Once I knew Sutter and Sean (aka S&S) were together I went on FaceBook. I made a post on her wall. Just a few short sentences and then did the same thing on Sean's wall, and my son's wall, and my wall. Four identical messages and four 'share' buttons hit and voila! hundreds of people could find out they were safe.
And then with the help of Skype and their for-a-fee service allowing calls from a computer to cell phones I was able to make consistent but limited contact. Now a week later, we just finished a 90+ minute video Skype conversation: phone-less, call-for-free service, computer to computer.
Reality is setting in there. It's not a matter of clothes or food. It's about how fast can you ship a new infrastructure to a major city? Oh that's right you can't ship that. Everything needs to be fixed: water, sewer, power, roads, train tracks. The Central Business District (CBD) is cordoned off and owners can't get in to their businesses. Even if an owner could get to his/her business, there is no business because huge numbers of people have left the area...maybe for a short time but maybe for good.

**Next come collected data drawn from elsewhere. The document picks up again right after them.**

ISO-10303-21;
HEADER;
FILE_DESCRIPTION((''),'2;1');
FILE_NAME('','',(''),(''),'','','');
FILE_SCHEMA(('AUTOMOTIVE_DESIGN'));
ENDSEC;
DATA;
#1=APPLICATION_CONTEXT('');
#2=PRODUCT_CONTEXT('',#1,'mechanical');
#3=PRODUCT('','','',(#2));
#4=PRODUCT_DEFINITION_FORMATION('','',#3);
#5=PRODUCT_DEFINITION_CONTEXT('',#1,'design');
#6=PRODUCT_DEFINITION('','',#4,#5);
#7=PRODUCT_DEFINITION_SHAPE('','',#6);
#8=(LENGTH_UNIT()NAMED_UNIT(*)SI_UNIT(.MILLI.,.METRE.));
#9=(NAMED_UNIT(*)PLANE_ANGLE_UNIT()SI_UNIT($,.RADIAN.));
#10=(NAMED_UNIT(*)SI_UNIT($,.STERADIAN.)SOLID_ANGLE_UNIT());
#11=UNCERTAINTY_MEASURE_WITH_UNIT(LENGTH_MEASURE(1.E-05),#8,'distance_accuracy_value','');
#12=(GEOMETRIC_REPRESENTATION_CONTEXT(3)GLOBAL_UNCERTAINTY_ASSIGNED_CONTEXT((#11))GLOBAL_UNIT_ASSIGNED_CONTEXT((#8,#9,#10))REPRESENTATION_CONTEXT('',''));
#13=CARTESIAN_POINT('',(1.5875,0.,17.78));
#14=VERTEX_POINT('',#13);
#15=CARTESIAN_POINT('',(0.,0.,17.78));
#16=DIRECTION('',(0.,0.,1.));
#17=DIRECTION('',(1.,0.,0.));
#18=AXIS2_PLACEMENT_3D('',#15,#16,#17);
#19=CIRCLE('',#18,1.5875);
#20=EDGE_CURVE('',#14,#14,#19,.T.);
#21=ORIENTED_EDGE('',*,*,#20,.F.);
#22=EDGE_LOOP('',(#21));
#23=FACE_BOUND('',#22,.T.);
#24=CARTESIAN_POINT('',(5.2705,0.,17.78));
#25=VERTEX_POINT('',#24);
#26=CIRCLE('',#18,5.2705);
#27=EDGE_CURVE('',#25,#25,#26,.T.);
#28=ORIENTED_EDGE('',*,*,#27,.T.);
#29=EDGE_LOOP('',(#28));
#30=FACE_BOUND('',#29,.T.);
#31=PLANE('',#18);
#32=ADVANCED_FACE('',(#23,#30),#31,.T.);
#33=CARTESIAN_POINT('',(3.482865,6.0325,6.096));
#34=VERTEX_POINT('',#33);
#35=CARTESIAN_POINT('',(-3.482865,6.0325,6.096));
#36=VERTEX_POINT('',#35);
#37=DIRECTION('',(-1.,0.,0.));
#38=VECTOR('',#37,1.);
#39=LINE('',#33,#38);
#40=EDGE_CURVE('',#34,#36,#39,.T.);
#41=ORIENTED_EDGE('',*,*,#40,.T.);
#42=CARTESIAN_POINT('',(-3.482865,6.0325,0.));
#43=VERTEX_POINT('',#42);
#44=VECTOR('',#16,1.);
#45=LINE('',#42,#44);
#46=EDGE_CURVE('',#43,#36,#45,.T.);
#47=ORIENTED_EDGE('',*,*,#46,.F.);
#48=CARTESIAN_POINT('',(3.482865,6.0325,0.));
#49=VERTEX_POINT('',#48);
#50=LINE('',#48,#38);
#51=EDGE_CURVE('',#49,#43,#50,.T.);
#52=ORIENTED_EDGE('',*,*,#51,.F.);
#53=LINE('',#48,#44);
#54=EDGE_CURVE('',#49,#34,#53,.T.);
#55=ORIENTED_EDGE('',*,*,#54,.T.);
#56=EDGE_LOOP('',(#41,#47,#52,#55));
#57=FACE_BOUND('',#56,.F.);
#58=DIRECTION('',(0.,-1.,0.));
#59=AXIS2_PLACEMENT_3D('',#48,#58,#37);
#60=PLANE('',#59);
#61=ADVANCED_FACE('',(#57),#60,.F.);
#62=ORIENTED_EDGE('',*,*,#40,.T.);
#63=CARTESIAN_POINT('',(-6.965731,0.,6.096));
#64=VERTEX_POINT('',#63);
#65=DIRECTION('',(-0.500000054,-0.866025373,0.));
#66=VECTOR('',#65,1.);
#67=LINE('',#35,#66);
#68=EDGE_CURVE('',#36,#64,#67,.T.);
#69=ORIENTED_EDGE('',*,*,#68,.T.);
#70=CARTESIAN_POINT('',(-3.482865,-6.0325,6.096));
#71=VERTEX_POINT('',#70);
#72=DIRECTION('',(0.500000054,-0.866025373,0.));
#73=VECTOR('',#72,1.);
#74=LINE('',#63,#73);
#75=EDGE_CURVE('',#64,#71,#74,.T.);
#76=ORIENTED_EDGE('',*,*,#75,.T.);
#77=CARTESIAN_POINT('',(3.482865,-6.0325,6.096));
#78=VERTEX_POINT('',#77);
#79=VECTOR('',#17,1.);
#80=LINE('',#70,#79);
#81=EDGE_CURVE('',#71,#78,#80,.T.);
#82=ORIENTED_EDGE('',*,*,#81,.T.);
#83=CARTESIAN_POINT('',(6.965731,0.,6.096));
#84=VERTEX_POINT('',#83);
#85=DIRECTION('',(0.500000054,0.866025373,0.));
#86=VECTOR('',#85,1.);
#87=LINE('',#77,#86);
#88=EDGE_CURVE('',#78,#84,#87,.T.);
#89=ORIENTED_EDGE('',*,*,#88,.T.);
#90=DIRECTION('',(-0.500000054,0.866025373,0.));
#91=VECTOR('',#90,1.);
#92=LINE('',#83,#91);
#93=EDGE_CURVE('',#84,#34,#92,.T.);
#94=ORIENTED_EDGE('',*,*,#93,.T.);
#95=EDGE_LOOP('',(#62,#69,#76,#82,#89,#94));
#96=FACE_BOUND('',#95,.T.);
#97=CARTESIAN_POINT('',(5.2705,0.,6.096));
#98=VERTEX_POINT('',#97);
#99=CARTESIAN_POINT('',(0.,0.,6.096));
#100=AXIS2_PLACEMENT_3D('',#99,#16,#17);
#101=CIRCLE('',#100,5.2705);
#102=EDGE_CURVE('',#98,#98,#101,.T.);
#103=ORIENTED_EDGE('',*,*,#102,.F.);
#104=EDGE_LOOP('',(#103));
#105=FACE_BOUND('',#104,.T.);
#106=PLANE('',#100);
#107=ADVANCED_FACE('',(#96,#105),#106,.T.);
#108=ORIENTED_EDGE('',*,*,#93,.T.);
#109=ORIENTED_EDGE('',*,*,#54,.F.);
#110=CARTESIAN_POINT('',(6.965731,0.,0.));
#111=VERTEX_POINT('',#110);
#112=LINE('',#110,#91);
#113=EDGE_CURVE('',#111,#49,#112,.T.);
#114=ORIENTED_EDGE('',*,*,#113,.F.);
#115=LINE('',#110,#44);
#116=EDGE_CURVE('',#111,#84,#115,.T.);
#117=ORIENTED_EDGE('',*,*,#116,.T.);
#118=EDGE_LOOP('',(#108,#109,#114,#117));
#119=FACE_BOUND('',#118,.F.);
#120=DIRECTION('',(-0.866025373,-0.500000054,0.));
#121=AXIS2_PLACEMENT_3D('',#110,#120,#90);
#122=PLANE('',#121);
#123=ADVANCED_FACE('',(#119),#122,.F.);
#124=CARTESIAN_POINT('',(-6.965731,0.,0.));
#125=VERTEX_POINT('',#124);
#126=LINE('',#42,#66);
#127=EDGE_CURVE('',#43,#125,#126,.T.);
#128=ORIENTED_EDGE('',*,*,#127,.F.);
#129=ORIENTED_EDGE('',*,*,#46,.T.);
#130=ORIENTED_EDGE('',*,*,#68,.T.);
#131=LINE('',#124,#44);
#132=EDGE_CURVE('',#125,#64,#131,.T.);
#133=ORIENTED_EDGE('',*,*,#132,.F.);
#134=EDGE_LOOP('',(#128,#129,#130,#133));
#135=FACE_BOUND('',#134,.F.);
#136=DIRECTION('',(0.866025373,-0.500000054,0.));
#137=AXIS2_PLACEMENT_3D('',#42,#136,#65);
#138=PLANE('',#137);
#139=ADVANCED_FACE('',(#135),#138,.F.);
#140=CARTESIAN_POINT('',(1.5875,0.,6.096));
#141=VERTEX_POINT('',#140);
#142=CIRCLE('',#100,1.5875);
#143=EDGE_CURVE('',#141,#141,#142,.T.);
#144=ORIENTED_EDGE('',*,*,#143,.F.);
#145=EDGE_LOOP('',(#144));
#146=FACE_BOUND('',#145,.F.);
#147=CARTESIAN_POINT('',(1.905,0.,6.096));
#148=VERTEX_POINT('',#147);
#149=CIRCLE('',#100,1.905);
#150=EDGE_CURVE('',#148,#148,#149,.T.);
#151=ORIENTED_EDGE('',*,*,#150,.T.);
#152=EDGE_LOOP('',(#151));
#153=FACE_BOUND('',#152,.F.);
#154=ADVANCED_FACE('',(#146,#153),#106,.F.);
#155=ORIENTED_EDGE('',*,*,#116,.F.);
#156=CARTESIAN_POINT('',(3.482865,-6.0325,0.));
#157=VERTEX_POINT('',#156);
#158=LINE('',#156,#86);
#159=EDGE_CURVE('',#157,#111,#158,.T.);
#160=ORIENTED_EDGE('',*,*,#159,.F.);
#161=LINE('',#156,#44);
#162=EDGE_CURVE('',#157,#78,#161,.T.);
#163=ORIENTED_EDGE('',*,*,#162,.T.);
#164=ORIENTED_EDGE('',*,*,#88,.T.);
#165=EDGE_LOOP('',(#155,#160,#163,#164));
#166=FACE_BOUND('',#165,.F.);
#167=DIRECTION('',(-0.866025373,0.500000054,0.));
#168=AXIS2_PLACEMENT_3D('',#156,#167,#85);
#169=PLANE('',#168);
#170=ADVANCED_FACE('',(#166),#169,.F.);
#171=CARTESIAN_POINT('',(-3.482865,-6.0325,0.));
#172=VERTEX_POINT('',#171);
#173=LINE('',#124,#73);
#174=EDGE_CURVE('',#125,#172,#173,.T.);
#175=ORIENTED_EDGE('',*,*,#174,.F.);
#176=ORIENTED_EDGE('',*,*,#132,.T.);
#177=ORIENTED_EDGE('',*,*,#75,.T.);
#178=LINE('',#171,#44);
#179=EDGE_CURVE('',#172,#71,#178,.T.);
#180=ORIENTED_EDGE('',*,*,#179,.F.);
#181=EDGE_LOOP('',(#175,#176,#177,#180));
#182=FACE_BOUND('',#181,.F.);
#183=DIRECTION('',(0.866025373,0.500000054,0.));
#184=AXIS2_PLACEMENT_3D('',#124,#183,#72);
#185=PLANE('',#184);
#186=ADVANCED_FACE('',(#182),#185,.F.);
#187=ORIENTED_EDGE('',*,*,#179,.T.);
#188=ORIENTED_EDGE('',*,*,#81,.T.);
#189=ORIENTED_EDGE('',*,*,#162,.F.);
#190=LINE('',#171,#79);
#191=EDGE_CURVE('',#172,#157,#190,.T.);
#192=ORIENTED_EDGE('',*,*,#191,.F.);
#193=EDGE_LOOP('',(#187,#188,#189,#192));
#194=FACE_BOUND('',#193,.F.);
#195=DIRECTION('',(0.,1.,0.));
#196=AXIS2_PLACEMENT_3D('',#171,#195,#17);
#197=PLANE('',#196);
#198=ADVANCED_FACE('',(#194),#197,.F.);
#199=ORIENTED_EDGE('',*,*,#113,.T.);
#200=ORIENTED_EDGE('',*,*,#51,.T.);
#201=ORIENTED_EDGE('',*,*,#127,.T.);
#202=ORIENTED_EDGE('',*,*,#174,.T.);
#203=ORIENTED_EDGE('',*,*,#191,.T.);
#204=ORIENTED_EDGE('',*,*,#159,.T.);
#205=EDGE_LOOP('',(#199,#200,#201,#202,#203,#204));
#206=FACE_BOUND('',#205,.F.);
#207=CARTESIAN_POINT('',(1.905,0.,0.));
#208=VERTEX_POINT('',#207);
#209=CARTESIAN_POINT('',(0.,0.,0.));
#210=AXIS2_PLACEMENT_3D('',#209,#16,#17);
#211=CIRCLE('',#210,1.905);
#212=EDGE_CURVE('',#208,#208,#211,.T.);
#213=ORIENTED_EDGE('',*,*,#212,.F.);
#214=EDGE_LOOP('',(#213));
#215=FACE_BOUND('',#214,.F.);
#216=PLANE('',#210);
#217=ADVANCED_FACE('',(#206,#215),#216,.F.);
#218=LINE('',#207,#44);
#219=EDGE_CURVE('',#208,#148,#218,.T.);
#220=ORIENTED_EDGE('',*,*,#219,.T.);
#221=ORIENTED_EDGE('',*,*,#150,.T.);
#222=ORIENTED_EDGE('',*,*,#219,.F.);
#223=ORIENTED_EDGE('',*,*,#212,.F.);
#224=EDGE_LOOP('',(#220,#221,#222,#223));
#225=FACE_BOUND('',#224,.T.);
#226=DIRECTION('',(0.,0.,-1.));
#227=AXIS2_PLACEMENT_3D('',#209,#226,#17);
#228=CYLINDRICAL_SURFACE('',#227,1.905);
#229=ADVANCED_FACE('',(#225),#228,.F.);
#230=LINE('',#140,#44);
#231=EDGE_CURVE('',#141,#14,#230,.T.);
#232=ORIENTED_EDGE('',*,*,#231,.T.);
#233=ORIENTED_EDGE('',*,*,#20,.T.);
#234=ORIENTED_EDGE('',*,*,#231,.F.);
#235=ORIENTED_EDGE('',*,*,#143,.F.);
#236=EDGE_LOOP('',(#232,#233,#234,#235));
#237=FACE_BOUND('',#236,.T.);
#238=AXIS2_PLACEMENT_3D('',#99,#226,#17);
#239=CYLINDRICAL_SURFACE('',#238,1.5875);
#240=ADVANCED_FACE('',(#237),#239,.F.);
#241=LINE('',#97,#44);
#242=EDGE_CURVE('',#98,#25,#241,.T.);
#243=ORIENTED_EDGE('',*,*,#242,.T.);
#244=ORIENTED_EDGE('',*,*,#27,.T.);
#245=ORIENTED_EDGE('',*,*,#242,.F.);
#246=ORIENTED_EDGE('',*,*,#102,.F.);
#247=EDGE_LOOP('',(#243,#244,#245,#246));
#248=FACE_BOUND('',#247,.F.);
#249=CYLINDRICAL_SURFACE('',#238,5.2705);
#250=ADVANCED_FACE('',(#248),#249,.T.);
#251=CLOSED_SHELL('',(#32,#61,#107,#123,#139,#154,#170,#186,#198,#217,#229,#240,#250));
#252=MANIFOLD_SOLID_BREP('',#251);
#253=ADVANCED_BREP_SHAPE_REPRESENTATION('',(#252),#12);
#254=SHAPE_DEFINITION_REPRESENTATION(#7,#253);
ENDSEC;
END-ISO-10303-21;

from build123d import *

# Parameters (mm, degrees)
F0_R     = 1.905
F1_DEPTH = 6.096
F2_R     = 5.2705
F2_R_2   = 1.5875
F3_DEPTH = 11.684


with BuildPart() as f1:
    # F0 (on Top) → F1 (new body)
    with BuildSketch(Plane.XY):
        Polygon((3.482865, 6.0325), (-3.482865, 6.0325), (-6.965731, 0), (-3.482865, -6.0325), (3.482865, -6.0325), (6.965731, 0), align=None)
        Circle(F0_R, mode=Mode.SUBTRACT)
    extrude(amount=F1_DEPTH)

    # F2 (on face) → F3 (join)
    with BuildSketch(Plane.XY.offset(6.096)):
        Circle(F2_R)
        Circle(F2_R_2, mode=Mode.SUBTRACT)
    extrude(amount=F3_DEPTH)


solid = f1.part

Now the debates start about preserving wrecked buildings. How does a rather socialist government take care of the people and the mess? Folks are quite self-sufficient there but they have expectations of assistance from the programs they have paid not enough money into to meet those expectations.
What do we learn? We need to depend less on government and more on ourselves. There is no government that can fix these issues these days. Governments are broke and broken.
With adversity comes opportunity. To see the opportunity one has have a vision beyond what the eyes see. One needs to play the game "What if?" over and over again. It means devising mental scenarios with as many twists and turns as possible to anticipate the unintended consequences. It means having a Plan B and a Plan C. With those as back-ups one can then stay in the moment and watch the puzzle pieces fill in the big picture. I am convinced I am describing my kids and their spouses, because they've shown us how they make decisions.
I hope the loving mom I saw in the parking lot has accepted the privilege of showing her kids, by her own life, how to think critically about the decisions they make starting...yesterday. Then if/when she gets a call like I got, after the initial panic, may her voice remind them of the tools they have in their skill box. Her confidence in them will hopefully calm her so she can get to that other really important part....prayers for all.